For well more than a year, the U.S. has been in a battle of attrition with OPEC, which has pumped nearly all the oil it could to win “market share.”
The result has been a flat lining of crude oil prices.
For much of the shale boom, the Eagle Ford and Bakken oil—often of a much higher quality than West Texas Intermediate (WTI) and Brent—has been trapped in domestic markets. Now, with the lifting of the crude oil export ban on Dec. 18, that oil can now find a more fitting and lucrative place for its lighter, sweeter crude.
Some E&Ps are already eager to get their product out. Pioneer Natural Resources (NYSE: PXD) said Dec. 18 it would be capable of exporting crude by mid-2016. The company has been actively working with its midstream partners to secure export facilities on the U.S. Gulf Coast.
The swift passage Dec. 18 strikes down an export ban that limited domestic producers. A few changes are in store in the next 18-24 months.
U.S. production is set to decline in 2016 and may fall in 2017 as well. But with an open market, the backlog at Cushing, Okla., could be relieved within 18-24 months, resulting in higher wellhead prices for E&Ps.
Kenneth Medlock, senior director of the Center for Energy Studies at Rice University’s Baker Institute for Public Policy, said that lifting the ban should level the playing field for the U.S. Oil from the Bakken and Eagle Ford is superior in quality but has faced discounted domestic crude-oil prices relative to internationally traded crudes such as Brent.
In a study published in March, Medlock found that if the majority of light tight oil produced from U.S. shale formations was exported, it would fetch higher prices than WTI and Brent in the international market because it is of higher quality.
With oil locked inside the U.S., oil producers had little choice but to discount light oil to refiners.
But in the international market, higher API numbers—meaning lower density—tend to raise the price of crude relative to Brent while higher sulfur content tends to lower the price relative to Brent.
WTI typically has a higher API and lower sulfur content than Brent, making it more valuable. Some oil produced in the Bakken and Eagle Ford has far lower density than WTI.
Development in the Bakken and Eagle Ford shales has driven the bulk of the increase in domestic crude oil production to date, but it’s been sold for a discount because of the configuration of U.S. refineries.

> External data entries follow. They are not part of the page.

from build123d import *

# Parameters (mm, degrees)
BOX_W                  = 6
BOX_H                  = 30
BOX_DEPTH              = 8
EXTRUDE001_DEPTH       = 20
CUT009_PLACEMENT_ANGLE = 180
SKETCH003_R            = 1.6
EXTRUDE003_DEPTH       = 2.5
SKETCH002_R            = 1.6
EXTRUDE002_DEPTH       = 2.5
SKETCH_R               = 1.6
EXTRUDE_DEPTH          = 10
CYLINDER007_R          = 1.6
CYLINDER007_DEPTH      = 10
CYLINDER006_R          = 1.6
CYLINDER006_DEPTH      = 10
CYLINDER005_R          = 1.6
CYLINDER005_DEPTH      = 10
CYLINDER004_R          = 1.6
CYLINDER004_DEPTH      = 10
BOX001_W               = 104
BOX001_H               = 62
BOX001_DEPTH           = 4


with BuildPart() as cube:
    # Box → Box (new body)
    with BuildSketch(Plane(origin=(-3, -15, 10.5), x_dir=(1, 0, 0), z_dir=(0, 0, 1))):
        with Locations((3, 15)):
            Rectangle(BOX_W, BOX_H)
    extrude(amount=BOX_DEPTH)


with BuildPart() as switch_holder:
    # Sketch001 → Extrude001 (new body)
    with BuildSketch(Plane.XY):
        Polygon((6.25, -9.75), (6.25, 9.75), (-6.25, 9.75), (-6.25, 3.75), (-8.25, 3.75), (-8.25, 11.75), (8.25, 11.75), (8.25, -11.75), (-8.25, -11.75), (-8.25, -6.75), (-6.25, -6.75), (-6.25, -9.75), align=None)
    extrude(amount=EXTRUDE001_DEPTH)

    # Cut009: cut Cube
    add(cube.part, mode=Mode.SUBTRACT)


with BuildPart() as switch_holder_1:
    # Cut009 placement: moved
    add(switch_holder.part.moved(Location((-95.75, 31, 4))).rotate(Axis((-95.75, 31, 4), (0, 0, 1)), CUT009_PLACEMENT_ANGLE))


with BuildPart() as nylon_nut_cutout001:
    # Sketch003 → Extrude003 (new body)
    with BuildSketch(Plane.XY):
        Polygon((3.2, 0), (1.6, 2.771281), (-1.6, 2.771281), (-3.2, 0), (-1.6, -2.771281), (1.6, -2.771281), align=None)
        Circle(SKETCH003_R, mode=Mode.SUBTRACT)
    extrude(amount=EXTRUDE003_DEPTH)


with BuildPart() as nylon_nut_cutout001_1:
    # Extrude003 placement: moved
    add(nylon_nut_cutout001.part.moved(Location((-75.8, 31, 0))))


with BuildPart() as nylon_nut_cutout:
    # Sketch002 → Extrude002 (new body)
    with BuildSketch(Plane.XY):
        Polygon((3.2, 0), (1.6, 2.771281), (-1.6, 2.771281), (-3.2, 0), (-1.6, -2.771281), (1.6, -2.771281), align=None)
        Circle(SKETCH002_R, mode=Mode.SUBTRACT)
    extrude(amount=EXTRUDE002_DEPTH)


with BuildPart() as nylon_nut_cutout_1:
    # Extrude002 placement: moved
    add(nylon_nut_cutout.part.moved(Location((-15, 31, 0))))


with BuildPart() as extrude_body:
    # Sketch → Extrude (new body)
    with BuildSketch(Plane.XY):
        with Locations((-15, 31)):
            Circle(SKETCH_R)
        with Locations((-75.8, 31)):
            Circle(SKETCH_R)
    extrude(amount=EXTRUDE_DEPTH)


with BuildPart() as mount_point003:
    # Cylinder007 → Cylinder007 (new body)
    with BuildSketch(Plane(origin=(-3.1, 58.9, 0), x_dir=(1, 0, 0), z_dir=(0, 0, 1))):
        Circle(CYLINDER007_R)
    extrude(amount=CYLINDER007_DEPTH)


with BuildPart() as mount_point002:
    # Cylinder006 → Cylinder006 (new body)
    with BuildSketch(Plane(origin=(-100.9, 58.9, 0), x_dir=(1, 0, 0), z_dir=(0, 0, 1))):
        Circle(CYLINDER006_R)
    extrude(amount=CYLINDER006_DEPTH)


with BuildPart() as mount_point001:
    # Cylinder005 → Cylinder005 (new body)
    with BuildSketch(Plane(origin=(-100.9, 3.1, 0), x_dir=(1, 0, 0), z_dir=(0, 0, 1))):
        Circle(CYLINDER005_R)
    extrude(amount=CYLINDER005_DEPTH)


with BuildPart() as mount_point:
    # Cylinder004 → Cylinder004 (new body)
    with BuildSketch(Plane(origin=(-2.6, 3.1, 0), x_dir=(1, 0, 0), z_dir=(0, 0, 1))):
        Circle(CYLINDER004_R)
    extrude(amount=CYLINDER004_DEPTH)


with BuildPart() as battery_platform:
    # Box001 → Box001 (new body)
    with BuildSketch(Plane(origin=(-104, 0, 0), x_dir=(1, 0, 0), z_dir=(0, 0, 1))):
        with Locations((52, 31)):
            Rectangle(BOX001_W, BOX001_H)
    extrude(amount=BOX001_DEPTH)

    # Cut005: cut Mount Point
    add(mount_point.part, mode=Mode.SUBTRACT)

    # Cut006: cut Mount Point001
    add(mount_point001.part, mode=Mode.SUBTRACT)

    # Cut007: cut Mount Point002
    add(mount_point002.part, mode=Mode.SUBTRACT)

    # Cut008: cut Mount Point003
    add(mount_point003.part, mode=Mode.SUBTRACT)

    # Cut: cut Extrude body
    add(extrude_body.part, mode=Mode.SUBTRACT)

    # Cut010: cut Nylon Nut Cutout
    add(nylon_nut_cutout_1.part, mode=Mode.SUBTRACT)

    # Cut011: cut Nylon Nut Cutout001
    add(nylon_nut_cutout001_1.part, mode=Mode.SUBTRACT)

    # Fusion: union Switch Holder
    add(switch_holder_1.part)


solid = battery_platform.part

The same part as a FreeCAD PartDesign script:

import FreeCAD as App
import Part
import Sketcher
from FreeCAD import Vector
Q = App.Units.Quantity

doc = App.newDocument("Part")
params = doc.addObject("Spreadsheet::Sheet", "Params")
for row, (alias, value) in enumerate([
    ("sketch1_width", "6 mm"),
    ("sketch1_height", "30 mm"),
    ("pad1_length", "8 mm"),
    ("sketch2_width", "2 mm"),
    ("sketch2_height", "3 mm"),
    ("sketch2_height2", "5 mm"),
    ("sketch2_height3", "8 mm"),
    ("sketch2_width2", "12.5 mm"),
    ("pad2_length", "20 mm"),
    ("sketch3_diameter", "3.2 mm"),
    ("sketch3_width", "3.2 mm"),
    ("sketch3_length", "3.2 mm"),
    ("pad3_length", "2.5 mm"),
    ("sketch4_diameter", "3.2 mm"),
    ("sketch4_width", "3.2 mm"),
    ("sketch4_length", "3.2 mm"),
    ("pad4_length", "2.5 mm"),
    ("sketch5_diameter", "3.2 mm"),
    ("pad5_length", "10 mm"),
    ("sketch6_diameter", "3.2 mm"),
    ("pad6_length", "10 mm"),
    ("sketch7_diameter", "3.2 mm"),
    ("pad7_length", "10 mm"),
    ("sketch8_diameter", "3.2 mm"),
    ("pad8_length", "10 mm"),
    ("sketch9_diameter", "3.2 mm"),
    ("pad9_length", "10 mm"),
    ("sketch10_width", "104 mm"),
    ("sketch10_height", "62 mm"),
    ("pad10_length", "4 mm"),
], start=1):
    params.set(f"A{row}", alias)
    params.set(f"B{row}", "=" + value)
    params.setAlias(f"B{row}", alias)

body = doc.addObject("PartDesign::Body", "Body")

# Sketch on XY plane
sketch1 = doc.addObject("Sketcher::SketchObject", "Sketch")
body.addObject(sketch1)
sketch1.AttachmentSupport = (doc.XY_Plane, [""])
sketch1.MapMode = "FlatFace"
sketch1.AttachmentOffset = App.Placement(Vector(0, 0, 10.5), App.Rotation())
sketch1.addGeometry([
    Part.LineSegment(Vector(-3, 15, 0), Vector(-3, -15, 0)),
    Part.LineSegment(Vector(-3, -15, 0), Vector(3, -15, 0)),
    Part.LineSegment(Vector(3, -15, 0), Vector(3, 15, 0)),
    Part.LineSegment(Vector(3, 15, 0), Vector(-3, 15, 0)),
], False)
sketch1.addConstraint([
    Sketcher.Constraint("Coincident", 0, 2, 1, 1),
    Sketcher.Constraint("Coincident", 1, 2, 2, 1),
    Sketcher.Constraint("Coincident", 2, 2, 3, 1),
    Sketcher.Constraint("Coincident", 3, 2, 0, 1),
    Sketcher.Constraint("Vertical", 0),
    Sketcher.Constraint("Horizontal", 1),
    Sketcher.Constraint("Vertical", 2),
    Sketcher.Constraint("Horizontal", 3),
    Sketcher.Constraint("Symmetric", 0, 2, 2, 2, -1, 1),
    Sketcher.Constraint("DistanceX", 1, 1, 1, 2, 6.0),
    Sketcher.Constraint("DistanceY", 0, 2, 0, 1, 30.0),
])
sketch1.setExpression("Constraints[9]", "Params.sketch1_width")
sketch1.setExpression("Constraints[10]", "Params.sketch1_height")
pad1 = doc.addObject("PartDesign::Pad", "Pad")
body.addObject(pad1)
pad1.Profile = sketch1
pad1.setExpression("Length", "Params.pad1_length")
body2 = doc.addObject("PartDesign::Body", "Body001")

Based on their open market values, Medlock calculated that at $100 Brent prices, WTI would trade at nearly $102 while Eagle Ford crudes would fetch prices of $111. And in an unconstrained market, those crudes would already be delivered at a premium.
Medlock, however, offered a cautionary statement.
“In reality the U.S. is still going to be a net importer of crude,” he said.
The U.S. will have to find the right match for the gravity of crude being produced.
In the interim, Barclays analyst Michael Cohen said he expected U.S. production declines and increased processing capacity may see the Gulf Coast begin importing light oil volumes that have only recently been displaced.
“Declining output and increased regional demand may cause regional crudes to trade at a premium to comparable international grades, and WTI may trade at a sustained premium to Brent, which could encourage imports,” Cohen said. “What’s more, to gain global market share, U.S. crude traders would need to sell U.S. crudes at levels that would incentivize refiners to test new crudes in their input slate.”
Places To Go
The U.S. already exports more than 700 thousand barrels per day (Mbbl/d) of crude and processed condensate.
Now that oil markets are open, the question is where U.S. shale oil might find new refineries.
Pioneer was among the leaders in exporting Eagle Ford Shale condensate after receiving a green light from the U.S. Department of Commerce’s Bureau of Industry and Security.
The company is already eyeing markets where it can find a foothold for production. Pioneer said Europe, Asia and Latin America are potential markets for U.S. crude as countries from these areas would realize economic and security advantages by diversifying their sources of supply.
“After witnessing the success of condensate exports from the Eagle Ford Shale, the logical next step was to lift the ban on crude exports,” said Timothy L. Dove, Pioneer’s president and COO. “We are pleased that policymakers on both sides of the aisle engaged collectively on this issue.”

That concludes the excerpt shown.